[Data records]

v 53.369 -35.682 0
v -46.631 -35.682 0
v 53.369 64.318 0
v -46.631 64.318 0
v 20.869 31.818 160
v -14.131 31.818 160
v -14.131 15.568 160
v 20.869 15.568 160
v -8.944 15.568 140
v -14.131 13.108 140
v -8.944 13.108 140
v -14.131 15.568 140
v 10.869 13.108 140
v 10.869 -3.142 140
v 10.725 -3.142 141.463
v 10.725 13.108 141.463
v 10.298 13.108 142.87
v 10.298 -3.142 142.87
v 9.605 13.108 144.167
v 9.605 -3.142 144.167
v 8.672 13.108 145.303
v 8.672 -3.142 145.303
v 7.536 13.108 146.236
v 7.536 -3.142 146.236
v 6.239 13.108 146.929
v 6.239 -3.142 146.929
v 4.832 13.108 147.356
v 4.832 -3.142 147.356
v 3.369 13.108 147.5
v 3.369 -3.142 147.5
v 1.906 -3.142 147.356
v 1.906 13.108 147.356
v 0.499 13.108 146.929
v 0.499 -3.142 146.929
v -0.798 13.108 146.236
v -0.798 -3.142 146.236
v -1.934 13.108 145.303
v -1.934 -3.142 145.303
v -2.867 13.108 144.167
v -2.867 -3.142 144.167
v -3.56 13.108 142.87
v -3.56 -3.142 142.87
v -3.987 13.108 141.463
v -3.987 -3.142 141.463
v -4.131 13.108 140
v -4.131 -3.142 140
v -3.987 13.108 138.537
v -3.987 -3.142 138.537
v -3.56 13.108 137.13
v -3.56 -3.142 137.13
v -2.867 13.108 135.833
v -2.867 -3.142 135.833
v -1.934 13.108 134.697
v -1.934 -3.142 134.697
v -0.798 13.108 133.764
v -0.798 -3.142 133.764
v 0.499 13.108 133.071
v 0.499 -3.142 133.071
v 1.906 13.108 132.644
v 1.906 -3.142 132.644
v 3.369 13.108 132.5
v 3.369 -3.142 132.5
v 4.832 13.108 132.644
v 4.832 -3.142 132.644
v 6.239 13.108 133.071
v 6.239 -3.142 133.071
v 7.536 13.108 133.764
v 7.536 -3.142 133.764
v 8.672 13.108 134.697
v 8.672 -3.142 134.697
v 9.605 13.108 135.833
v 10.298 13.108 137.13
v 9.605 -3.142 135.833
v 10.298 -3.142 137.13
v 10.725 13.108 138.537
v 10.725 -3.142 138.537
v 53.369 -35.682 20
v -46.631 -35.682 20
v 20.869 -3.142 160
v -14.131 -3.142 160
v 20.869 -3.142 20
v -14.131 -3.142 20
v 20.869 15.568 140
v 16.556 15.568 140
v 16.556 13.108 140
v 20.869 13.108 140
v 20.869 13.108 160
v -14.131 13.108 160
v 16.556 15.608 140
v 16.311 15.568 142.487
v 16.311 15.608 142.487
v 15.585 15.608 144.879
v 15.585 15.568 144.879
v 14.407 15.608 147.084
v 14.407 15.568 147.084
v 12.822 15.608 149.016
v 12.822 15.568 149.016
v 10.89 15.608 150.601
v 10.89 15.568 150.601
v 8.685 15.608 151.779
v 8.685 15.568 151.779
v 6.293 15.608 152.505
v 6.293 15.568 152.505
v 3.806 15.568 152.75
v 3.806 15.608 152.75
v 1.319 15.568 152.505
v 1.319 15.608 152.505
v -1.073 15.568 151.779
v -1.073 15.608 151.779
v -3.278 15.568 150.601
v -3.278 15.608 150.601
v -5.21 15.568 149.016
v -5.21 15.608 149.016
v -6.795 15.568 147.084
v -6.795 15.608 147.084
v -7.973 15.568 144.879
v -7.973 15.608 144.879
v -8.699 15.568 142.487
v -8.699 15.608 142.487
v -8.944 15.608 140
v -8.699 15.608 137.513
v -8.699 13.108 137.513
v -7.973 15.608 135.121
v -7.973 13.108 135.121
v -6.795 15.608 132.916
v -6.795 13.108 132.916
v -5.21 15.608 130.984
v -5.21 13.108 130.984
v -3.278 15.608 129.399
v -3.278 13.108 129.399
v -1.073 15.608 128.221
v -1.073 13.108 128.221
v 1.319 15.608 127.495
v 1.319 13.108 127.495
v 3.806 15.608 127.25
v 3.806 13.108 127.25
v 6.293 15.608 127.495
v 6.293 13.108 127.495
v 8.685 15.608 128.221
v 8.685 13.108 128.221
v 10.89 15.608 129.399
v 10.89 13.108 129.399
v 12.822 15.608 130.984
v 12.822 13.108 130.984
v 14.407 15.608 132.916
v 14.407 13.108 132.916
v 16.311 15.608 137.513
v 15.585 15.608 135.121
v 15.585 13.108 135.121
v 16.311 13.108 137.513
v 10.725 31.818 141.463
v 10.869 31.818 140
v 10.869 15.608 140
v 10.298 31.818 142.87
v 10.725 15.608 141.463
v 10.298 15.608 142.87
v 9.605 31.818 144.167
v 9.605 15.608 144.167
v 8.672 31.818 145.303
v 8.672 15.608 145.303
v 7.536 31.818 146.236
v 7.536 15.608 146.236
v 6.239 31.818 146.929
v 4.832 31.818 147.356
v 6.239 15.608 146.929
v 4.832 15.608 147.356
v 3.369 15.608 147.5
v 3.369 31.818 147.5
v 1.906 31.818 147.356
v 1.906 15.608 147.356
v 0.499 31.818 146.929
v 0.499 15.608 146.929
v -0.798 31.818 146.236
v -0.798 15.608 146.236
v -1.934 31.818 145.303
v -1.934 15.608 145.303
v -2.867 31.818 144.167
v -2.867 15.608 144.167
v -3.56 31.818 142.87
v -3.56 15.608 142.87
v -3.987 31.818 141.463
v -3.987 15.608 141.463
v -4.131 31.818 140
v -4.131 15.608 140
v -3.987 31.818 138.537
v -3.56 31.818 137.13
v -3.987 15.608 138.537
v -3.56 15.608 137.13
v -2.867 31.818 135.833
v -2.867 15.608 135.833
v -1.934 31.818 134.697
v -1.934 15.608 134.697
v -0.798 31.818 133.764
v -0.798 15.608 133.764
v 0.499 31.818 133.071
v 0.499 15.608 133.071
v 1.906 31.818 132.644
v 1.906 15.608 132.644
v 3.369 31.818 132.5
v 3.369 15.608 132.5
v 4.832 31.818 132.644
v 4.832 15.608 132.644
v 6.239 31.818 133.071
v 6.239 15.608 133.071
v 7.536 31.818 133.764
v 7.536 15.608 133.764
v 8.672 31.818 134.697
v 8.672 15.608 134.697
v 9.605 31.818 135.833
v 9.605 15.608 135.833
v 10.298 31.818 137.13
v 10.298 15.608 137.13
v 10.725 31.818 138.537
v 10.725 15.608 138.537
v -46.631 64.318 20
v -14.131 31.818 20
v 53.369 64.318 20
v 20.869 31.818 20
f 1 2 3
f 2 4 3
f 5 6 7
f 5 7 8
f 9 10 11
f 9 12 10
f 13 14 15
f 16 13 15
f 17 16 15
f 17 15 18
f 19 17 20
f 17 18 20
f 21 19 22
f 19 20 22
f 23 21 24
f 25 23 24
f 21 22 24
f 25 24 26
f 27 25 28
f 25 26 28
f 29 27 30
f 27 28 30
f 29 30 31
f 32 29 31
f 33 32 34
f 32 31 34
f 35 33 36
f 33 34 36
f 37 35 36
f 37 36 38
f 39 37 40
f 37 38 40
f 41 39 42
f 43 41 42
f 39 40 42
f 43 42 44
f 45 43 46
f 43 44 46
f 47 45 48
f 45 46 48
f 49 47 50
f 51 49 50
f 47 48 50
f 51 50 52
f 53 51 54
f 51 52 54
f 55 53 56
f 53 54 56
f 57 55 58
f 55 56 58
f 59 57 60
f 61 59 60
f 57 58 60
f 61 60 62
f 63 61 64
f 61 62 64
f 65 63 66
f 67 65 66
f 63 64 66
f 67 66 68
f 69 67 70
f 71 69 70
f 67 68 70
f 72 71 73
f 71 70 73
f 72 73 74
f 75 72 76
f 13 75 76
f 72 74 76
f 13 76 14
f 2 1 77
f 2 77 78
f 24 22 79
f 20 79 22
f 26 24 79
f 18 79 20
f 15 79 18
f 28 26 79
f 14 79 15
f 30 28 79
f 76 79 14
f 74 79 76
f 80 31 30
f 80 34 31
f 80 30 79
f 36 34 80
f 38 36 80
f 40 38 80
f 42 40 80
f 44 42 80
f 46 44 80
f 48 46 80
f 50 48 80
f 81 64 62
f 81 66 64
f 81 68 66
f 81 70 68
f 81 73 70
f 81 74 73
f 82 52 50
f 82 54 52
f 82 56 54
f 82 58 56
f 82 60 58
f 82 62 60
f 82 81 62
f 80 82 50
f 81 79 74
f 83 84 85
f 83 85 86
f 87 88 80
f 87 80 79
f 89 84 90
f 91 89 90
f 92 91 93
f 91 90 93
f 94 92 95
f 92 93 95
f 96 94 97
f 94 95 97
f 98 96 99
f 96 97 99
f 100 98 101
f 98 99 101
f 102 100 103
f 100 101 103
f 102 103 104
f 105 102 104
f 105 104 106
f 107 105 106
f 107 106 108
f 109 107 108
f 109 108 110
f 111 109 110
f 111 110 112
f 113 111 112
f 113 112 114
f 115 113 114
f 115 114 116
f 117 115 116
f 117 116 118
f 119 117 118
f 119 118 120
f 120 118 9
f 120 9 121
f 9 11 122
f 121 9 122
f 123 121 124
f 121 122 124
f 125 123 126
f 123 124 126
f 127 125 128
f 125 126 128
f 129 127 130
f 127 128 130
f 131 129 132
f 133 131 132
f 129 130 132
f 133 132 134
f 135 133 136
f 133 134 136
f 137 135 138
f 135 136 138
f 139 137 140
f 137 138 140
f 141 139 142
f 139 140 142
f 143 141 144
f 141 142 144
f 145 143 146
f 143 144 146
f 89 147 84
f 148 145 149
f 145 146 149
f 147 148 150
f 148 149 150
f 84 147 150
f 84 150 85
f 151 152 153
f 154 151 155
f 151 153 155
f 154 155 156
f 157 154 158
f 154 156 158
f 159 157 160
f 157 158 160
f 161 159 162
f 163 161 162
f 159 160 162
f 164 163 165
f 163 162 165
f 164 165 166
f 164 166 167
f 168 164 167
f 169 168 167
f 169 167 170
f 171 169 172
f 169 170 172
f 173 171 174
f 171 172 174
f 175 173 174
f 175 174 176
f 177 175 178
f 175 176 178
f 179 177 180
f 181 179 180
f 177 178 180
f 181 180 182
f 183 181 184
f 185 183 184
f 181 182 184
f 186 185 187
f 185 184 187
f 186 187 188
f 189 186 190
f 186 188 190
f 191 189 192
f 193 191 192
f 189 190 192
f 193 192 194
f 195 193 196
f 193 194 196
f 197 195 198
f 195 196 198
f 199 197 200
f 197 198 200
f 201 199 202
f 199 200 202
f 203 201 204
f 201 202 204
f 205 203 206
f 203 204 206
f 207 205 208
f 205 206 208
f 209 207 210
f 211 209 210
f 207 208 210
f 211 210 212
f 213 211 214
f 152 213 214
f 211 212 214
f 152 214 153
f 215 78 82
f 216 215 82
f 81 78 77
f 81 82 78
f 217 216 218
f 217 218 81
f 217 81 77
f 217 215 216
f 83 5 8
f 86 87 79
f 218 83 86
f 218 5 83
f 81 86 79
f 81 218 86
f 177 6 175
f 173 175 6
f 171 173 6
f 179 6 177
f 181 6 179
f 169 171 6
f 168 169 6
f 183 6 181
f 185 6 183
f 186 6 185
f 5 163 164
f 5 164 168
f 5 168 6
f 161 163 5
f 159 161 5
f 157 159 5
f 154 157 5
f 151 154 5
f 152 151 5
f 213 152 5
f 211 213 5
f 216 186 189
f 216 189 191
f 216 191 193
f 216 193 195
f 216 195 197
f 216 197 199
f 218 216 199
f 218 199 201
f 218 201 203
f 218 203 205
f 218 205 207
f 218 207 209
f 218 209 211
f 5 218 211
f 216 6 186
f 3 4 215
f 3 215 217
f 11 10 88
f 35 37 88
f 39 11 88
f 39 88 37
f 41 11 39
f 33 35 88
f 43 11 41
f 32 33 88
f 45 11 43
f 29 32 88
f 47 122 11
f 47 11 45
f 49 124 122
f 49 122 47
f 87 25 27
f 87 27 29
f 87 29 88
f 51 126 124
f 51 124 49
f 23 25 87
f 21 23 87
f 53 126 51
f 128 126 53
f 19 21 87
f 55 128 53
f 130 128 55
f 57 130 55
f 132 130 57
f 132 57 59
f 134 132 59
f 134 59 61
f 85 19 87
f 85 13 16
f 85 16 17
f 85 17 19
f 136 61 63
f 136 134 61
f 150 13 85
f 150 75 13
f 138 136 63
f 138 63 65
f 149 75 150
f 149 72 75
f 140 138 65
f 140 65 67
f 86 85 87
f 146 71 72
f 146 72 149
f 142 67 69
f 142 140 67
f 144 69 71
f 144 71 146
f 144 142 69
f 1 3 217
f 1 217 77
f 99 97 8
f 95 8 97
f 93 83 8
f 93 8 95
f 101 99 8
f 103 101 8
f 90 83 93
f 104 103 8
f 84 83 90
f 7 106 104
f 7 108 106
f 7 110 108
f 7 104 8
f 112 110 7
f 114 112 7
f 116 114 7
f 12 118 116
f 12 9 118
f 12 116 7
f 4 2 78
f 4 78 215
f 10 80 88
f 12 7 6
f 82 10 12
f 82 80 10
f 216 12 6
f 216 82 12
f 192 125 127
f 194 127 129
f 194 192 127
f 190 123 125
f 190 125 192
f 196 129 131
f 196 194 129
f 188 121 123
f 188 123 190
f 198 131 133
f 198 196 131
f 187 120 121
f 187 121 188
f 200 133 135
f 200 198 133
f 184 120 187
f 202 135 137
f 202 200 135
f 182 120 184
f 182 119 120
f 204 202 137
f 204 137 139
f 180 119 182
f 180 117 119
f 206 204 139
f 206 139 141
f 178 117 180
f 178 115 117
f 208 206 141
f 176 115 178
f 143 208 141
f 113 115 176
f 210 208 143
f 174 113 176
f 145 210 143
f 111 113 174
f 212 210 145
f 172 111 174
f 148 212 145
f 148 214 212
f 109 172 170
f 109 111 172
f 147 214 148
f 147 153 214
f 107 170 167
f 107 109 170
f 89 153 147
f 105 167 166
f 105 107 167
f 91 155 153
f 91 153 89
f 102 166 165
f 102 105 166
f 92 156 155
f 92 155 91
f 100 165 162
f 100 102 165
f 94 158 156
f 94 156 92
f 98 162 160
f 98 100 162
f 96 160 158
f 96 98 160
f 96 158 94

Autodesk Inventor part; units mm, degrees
ref_plane "YZ Plane" through (0, 0, 0) normal (1, 0, 0) x (0, 1, 0)
ref_plane "XZ Plane" through (0, 0, 0) normal (0, 1, 0) x (-1, 0, 0)
ref_plane "XY Plane" through (0, 0, 0) normal (0, 0, 1) x (1, 0, 0)
sketch "Sketch1" plane through (0, 0, 0) normal (0, 0, 1) x (1, 0, 0)
  line L0 (-46.6309, 64.3185) -> (53.3691, 64.3185)
  line L1 (53.3691, 64.3185) -> (53.3691, -35.6815)
  line L2 (53.3691, -35.6815) -> (-46.6309, -35.6815)
  line L3 (-46.6309, -35.6815) -> (-46.6309, 64.3185)
  point P0 (0, 0)
  dimension "d0" = 100
  dimension "d1" = 100
extrude "Extrusion1" add sketch "Sketch1" along normal blind 20
sketch "Sketch2" plane through (0, 0, 20) normal (0, 0, 1) x (1, 0, 0)
  line L0 (-14.1309, 31.8185) -> (20.8691, 31.8185)
  line L1 (20.8691, 31.8185) -> (20.8691, 15.5685)
  line L2 (20.8691, 15.5685) -> (-14.1309, 15.5685)
  line L3 (-14.1309, 15.5685) -> (-14.1309, 31.8185)
  line L4 (-14.1309, 15.5685) -> (20.8691, 15.5685)
  line L5 (20.8691, 15.5685) -> (20.8691, 13.0685)
  line L6 (20.8691, 13.0685) -> (-14.1309, 13.0685)
  line L7 (-14.1309, 13.0685) -> (-14.1309, 15.5685)
  line L8 (-14.1309, 13.0685) -> (20.8691, 13.0685)
  line L9 (20.8691, 13.0685) -> (20.8691, -3.1815)
  line L10 (20.8691, -3.1815) -> (-14.1309, -3.1815)
  line L11 (-14.1309, -3.1815) -> (-14.1309, 13.0685)
  line L12 (53.3691, 64.3185) -> (-46.6309, 64.3185) projected
  line L13 (-46.6309, -35.6815) -> (53.3691, -35.6815) projected
  line L14 (53.3691, -35.6815) -> (53.3691, 64.3185) projected
  line L15 (-46.6309, 64.3185) -> (-46.6309, -35.6815) projected
  point P0 (0, 0)
  dimension "d4" = 2.5
  dimension "d5" = 16.25
  dimension "d6" = 16.25
  dimension "d7" = 32.5
  dimension "d8" = 32.5
  dimension "d9" = 32.5
  dimension "d10" = 32.5
  dimension "d11" = 48.75
extrude "Extrusion2" add sketch "Sketch2" along normal blind 140 contours L0 L1 L2 L3
sketch "Sketch3" plane through (-14.1309, 15.5685, 20) normal (0, -1, 0) x (1, 0, 0)
  circle A0 centre (17.5, 120) radius 7.5
  line L0 (-32.5, 0) -> (67.5, 0) projected
  line L1 (35, 0) -> (35, 140) projected
  point P0 (14.1309, -20)
  dimension "d14" = 120
  dimension "d15" = 15
  dimension "d16" = 17.5
extrude "Extrusion3" cut sketch "Sketch3" against normal blind 150
sketch "Sketch4" plane through (0, 0, 20) normal (0, 0, 1) x (1, 0, 0)
  point P0 (0, 0)
sketch "Sketch5" plane through (0, 0, 20) normal (0, 0, 1) x (1, 0, 0)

[/Data records]

Your instructions:
Output each line exactly, from the first line of the data down to the line that contains "v 3.369 13.108 132.5", both included.

Solution:
v 53.369 -35.682 0
v -46.631 -35.682 0
v 53.369 64.318 0
v -46.631 64.318 0
v 20.869 31.818 160
v -14.131 31.818 160
v -14.131 15.568 160
v 20.869 15.568 160
v -8.944 15.568 140
v -14.131 13.108 140
v -8.944 13.108 140
v -14.131 15.568 140
v 10.869 13.108 140
v 10.869 -3.142 140
v 10.725 -3.142 141.463
v 10.725 13.108 141.463
v 10.298 13.108 142.87
v 10.298 -3.142 142.87
v 9.605 13.108 144.167
v 9.605 -3.142 144.167
v 8.672 13.108 145.303
v 8.672 -3.142 145.303
v 7.536 13.108 146.236
v 7.536 -3.142 146.236
v 6.239 13.108 146.929
v 6.239 -3.142 146.929
v 4.832 13.108 147.356
v 4.832 -3.142 147.356
v 3.369 13.108 147.5
v 3.369 -3.142 147.5
v 1.906 -3.142 147.356
v 1.906 13.108 147.356
v 0.499 13.108 146.929
v 0.499 -3.142 146.929
v -0.798 13.108 146.236
v -0.798 -3.142 146.236
v -1.934 13.108 145.303
v -1.934 -3.142 145.303
v -2.867 13.108 144.167
v -2.867 -3.142 144.167
v -3.56 13.108 142.87
v -3.56 -3.142 142.87
v -3.987 13.108 141.463
v -3.987 -3.142 141.463
v -4.131 13.108 140
v -4.131 -3.142 140
v -3.987 13.108 138.537
v -3.987 -3.142 138.537
v -3.56 13.108 137.13
v -3.56 -3.142 137.13
v -2.867 13.108 135.833
v -2.867 -3.142 135.833
v -1.934 13.108 134.697
v -1.934 -3.142 134.697
v -0.798 13.108 133.764
v -0.798 -3.142 133.764
v 0.499 13.108 133.071
v 0.499 -3.142 133.071
v 1.906 13.108 132.644
v 1.906 -3.142 132.644
v 3.369 13.108 132.5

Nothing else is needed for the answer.